The height of sideshow and circus popularity in the mid–19th century came at a time when women had few opportunities for economic independence, and providing for families was largely a man’s job. Not so for the female sideshow performers, many of whom capitalized on the fascination with body art by voluntarily tattooing themselves, enabling them to make their own money. (Though some were forcibly tattooed.)
TIME Magazine
Although tattoos were also highly popular amongst the upper class during the Victorian era, they suffered a time of being out of favour after the Great Depression, due to the stigma that they were related to the criminal element, and were even outlawed in many states in the USA well into the 20th century. Those who didn’t care about stigmas were the wealthy socialites. They got tattoos as a form of rebellion in the era and as a sign of wealth.
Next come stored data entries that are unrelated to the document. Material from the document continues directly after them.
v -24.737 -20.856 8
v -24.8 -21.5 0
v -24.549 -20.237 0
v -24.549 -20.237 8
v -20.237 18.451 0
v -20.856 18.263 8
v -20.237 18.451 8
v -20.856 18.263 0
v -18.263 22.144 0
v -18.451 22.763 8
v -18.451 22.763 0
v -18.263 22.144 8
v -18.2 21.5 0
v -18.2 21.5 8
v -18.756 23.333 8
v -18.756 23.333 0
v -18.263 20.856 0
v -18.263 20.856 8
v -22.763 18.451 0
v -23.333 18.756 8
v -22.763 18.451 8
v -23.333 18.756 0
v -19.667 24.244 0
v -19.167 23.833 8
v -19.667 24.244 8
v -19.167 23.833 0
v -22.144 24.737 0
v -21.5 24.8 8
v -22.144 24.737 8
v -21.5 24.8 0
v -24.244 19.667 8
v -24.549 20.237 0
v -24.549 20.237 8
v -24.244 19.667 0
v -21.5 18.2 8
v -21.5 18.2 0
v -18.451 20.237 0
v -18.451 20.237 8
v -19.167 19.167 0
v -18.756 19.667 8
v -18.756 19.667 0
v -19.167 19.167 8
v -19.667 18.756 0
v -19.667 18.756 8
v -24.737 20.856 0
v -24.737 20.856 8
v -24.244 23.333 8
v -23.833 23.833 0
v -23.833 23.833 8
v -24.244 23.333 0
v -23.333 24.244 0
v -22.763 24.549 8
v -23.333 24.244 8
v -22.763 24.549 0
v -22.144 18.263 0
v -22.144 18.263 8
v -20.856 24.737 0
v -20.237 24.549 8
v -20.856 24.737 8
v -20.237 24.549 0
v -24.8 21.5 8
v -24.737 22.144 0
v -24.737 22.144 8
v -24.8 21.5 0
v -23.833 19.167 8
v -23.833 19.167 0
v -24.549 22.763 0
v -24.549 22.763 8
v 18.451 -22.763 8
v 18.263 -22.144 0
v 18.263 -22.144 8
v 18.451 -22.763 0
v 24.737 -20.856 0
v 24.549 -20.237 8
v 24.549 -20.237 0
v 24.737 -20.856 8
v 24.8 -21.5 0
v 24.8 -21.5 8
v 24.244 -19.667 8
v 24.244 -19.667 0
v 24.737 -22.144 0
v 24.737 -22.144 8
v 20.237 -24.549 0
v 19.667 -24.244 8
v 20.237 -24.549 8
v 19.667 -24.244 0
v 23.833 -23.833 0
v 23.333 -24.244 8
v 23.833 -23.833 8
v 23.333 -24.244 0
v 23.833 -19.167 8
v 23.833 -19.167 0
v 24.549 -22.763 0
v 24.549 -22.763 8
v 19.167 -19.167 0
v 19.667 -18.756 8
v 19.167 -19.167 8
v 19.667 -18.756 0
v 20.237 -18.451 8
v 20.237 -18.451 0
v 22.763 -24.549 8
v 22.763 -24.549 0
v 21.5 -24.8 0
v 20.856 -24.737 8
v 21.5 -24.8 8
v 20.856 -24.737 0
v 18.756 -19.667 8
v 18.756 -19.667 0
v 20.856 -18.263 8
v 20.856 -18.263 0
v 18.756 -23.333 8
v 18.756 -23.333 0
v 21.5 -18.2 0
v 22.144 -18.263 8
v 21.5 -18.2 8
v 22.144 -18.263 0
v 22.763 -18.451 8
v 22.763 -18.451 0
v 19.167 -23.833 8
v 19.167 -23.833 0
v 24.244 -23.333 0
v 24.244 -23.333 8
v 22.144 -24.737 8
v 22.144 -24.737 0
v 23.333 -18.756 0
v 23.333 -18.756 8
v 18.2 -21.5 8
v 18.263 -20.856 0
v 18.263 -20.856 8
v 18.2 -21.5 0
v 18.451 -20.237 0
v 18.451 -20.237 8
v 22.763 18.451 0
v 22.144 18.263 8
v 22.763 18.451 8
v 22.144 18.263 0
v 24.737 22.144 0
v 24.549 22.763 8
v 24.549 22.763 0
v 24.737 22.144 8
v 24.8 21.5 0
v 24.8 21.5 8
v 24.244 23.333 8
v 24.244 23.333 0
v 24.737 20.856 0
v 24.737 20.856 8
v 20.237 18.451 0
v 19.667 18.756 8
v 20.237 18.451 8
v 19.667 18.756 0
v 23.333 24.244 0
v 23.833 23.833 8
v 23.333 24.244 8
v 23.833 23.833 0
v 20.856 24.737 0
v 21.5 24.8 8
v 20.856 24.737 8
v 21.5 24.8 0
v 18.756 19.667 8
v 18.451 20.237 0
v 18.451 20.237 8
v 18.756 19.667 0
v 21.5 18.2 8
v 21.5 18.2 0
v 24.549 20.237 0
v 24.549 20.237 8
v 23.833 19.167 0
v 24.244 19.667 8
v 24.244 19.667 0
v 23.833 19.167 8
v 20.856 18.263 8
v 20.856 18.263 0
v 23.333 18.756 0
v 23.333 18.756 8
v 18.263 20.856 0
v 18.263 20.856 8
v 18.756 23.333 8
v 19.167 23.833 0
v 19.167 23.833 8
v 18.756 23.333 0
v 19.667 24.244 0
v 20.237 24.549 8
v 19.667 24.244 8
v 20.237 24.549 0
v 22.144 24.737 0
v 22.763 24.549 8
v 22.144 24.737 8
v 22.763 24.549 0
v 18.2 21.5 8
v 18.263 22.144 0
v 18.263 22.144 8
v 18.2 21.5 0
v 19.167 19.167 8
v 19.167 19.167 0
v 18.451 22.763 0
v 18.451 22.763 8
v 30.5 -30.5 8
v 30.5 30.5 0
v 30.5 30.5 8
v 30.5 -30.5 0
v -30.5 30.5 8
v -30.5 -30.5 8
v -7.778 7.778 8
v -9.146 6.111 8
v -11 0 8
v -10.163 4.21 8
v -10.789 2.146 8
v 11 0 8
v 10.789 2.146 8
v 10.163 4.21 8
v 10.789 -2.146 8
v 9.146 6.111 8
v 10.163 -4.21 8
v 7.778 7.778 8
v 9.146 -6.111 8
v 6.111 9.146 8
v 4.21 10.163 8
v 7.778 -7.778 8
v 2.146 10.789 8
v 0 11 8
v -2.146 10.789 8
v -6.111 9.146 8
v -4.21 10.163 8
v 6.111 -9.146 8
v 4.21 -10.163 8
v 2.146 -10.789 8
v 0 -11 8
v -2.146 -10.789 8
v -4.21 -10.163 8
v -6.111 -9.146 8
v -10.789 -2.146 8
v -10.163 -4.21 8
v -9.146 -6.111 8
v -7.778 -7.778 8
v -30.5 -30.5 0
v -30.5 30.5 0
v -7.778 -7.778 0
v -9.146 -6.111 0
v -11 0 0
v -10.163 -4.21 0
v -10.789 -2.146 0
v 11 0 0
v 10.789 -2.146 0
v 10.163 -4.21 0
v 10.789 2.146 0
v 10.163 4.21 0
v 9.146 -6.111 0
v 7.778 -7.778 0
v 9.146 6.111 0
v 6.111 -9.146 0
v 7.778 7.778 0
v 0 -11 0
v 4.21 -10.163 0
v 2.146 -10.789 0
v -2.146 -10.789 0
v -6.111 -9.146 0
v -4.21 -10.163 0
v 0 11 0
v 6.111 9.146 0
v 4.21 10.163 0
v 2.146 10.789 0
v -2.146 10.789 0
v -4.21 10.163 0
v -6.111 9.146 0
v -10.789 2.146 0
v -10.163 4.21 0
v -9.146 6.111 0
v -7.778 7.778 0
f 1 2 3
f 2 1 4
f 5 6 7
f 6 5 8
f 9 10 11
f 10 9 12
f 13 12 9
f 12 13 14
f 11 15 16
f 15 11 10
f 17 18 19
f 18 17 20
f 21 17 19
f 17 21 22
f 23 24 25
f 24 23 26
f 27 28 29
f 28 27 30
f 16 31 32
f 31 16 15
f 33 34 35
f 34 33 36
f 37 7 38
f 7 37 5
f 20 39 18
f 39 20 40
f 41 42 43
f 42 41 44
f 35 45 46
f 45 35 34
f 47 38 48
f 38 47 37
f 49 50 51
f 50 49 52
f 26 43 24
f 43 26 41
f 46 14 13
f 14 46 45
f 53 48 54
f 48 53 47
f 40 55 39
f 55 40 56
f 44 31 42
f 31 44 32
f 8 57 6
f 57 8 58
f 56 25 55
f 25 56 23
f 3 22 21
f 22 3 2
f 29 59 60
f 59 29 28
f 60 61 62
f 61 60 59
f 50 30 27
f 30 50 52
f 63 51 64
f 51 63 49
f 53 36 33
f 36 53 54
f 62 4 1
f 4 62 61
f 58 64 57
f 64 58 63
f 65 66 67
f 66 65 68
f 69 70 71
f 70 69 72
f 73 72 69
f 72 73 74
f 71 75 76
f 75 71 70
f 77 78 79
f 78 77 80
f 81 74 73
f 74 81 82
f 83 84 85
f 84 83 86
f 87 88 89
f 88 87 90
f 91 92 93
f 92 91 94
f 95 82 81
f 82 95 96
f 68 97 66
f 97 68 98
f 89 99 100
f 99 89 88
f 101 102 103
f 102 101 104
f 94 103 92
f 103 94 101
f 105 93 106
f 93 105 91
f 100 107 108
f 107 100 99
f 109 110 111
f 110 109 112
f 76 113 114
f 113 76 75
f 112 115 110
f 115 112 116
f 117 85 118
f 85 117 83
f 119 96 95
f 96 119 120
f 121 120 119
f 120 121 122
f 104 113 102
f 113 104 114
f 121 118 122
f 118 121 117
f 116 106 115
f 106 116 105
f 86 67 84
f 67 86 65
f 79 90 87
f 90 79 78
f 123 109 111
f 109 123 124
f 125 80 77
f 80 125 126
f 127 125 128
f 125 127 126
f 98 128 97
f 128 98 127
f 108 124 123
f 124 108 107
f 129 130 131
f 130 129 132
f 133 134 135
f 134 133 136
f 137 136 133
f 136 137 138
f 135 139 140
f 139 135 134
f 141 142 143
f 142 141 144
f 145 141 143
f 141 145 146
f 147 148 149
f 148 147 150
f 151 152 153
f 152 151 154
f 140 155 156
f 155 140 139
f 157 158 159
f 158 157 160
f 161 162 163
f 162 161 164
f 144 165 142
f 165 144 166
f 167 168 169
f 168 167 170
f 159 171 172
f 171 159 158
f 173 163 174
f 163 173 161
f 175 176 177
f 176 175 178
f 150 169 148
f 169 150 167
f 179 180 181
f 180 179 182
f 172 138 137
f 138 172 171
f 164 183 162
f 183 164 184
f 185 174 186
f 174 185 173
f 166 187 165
At the time, social moral and ethical codes of conduct required women to keep their whole bodies covered, you know so as to prevent intimidating the red-blooded men. The wealthy elite, however, made their own rules and being highly influenced by tales of tattooed British royals, they started summoning ‘ink artists’ to the private comforts of their homes, to give them designs they could hide.
Winston Churchill’s mother Lady Randolph Churchill is said to have had a snake tattoo on her wrist (which was easily covered by her sleeve); by the turn of the 20th century, roughly three-fourths of fashionable New York City ladies had gotten similarly trendy tattoos, including butterflies, flowers and dragons, according to the New York World.
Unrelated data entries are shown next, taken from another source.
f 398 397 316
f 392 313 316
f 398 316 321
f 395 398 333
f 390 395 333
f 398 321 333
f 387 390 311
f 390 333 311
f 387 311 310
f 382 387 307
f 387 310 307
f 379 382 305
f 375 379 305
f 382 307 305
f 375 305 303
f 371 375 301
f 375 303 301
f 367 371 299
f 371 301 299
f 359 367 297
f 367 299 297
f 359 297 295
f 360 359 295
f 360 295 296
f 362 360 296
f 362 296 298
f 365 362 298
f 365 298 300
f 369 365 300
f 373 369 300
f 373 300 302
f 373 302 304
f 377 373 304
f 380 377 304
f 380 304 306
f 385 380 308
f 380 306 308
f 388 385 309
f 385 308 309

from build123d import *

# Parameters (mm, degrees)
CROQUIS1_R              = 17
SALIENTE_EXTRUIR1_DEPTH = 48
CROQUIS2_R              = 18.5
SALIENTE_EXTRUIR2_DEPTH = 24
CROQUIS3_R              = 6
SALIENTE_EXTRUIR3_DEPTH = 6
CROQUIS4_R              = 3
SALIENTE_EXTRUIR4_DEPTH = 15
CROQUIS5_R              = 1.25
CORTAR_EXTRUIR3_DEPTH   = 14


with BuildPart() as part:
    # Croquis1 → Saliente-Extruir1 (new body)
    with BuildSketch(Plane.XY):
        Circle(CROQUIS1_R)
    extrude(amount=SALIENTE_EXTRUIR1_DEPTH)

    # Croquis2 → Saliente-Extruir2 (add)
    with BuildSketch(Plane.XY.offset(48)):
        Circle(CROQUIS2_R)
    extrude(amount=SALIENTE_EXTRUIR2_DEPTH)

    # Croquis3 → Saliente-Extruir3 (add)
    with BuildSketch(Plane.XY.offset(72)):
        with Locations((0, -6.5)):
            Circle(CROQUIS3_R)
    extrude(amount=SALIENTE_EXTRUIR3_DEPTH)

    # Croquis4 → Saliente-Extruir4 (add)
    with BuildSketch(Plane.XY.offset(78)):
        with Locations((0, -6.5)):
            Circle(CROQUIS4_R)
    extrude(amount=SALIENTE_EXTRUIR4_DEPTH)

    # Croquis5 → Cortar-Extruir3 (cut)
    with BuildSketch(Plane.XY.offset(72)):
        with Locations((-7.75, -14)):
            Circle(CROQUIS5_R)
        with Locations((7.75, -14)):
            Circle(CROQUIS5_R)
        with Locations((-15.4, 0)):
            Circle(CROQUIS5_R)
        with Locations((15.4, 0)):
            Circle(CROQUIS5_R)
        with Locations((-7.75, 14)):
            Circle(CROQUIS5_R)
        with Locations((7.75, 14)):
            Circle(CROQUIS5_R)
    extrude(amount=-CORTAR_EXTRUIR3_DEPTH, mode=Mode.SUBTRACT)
At the beginning of the 1970s, tattoos amongst women once again celebrated a boom in popularity due to the feminist movement. This time, the popularity of tattoos was in response to the fight for reproductive rights. Women wanted their bodies to be their own, and tattoos seemed to once again lend them a secret source of power, although most women no longer chose to cover their tattoos with their clothing. They now choose to show them off. Tattoos have since come to express a type of rebellious beauty and have even been linked to a stronger sense of self-esteem.
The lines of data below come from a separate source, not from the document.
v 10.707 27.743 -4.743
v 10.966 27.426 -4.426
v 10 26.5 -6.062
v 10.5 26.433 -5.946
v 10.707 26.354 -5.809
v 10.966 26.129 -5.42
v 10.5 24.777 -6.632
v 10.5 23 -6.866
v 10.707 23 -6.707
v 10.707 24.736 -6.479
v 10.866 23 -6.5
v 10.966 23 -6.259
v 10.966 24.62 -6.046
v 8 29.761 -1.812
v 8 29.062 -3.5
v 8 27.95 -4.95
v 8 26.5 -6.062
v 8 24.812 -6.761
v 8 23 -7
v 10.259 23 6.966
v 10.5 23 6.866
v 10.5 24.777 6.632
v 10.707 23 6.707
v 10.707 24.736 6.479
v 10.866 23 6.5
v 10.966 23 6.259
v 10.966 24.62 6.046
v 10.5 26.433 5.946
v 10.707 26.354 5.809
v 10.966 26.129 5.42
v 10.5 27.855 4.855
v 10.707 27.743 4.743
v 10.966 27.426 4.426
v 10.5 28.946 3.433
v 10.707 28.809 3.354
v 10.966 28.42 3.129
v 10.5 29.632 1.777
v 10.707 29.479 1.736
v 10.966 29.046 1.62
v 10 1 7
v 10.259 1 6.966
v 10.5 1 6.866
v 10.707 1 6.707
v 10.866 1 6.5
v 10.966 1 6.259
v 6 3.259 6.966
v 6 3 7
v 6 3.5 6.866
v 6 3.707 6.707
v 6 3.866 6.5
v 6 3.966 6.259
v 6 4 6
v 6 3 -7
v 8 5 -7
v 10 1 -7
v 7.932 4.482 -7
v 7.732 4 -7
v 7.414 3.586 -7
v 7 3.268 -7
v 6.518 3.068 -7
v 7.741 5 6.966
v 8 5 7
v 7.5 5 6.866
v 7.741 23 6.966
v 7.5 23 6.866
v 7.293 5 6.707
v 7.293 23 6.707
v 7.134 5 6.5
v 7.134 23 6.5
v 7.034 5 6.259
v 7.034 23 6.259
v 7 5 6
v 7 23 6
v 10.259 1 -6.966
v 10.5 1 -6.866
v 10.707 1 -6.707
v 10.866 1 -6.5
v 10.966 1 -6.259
In a study done in Psychology Today The primary motivation for people who get tattooed mostly has to do with its personal meaning such as to mark a significant experience or struggle. Participants reported reasons such as “to keep my mother’s memory,” “a way of honoring my first child,” and “presented what I was going through at a certain time of my life.” Some participants (12%) also felt that their tattoos were an extension or expression of who they were. For the participants who opted not to get a tattoo, the main reasons revolved around social and cultural factors, primarily religion (11%). One participant reflected, “I am a religious person so my body is the temple of the Holy Spirit. I’d like to keep clean.” Another expressed, “I am a Christian, it is conflicting as in the Christian religion to treat and respect one’s body as a temple.”
– Psychology Today
So there you have it. People get tattoos for many reasons: for attention, self-expression, artistic freedom, rebellion, a visual display of a personal narrative, reminders of spiritual/cultural traditions, sexual motivation, addiction, identification with a group or a defining moment within the feminist movement of owning your body and using it as a powerful statement to the world.
Will you get that tattoo you were thinking of getting?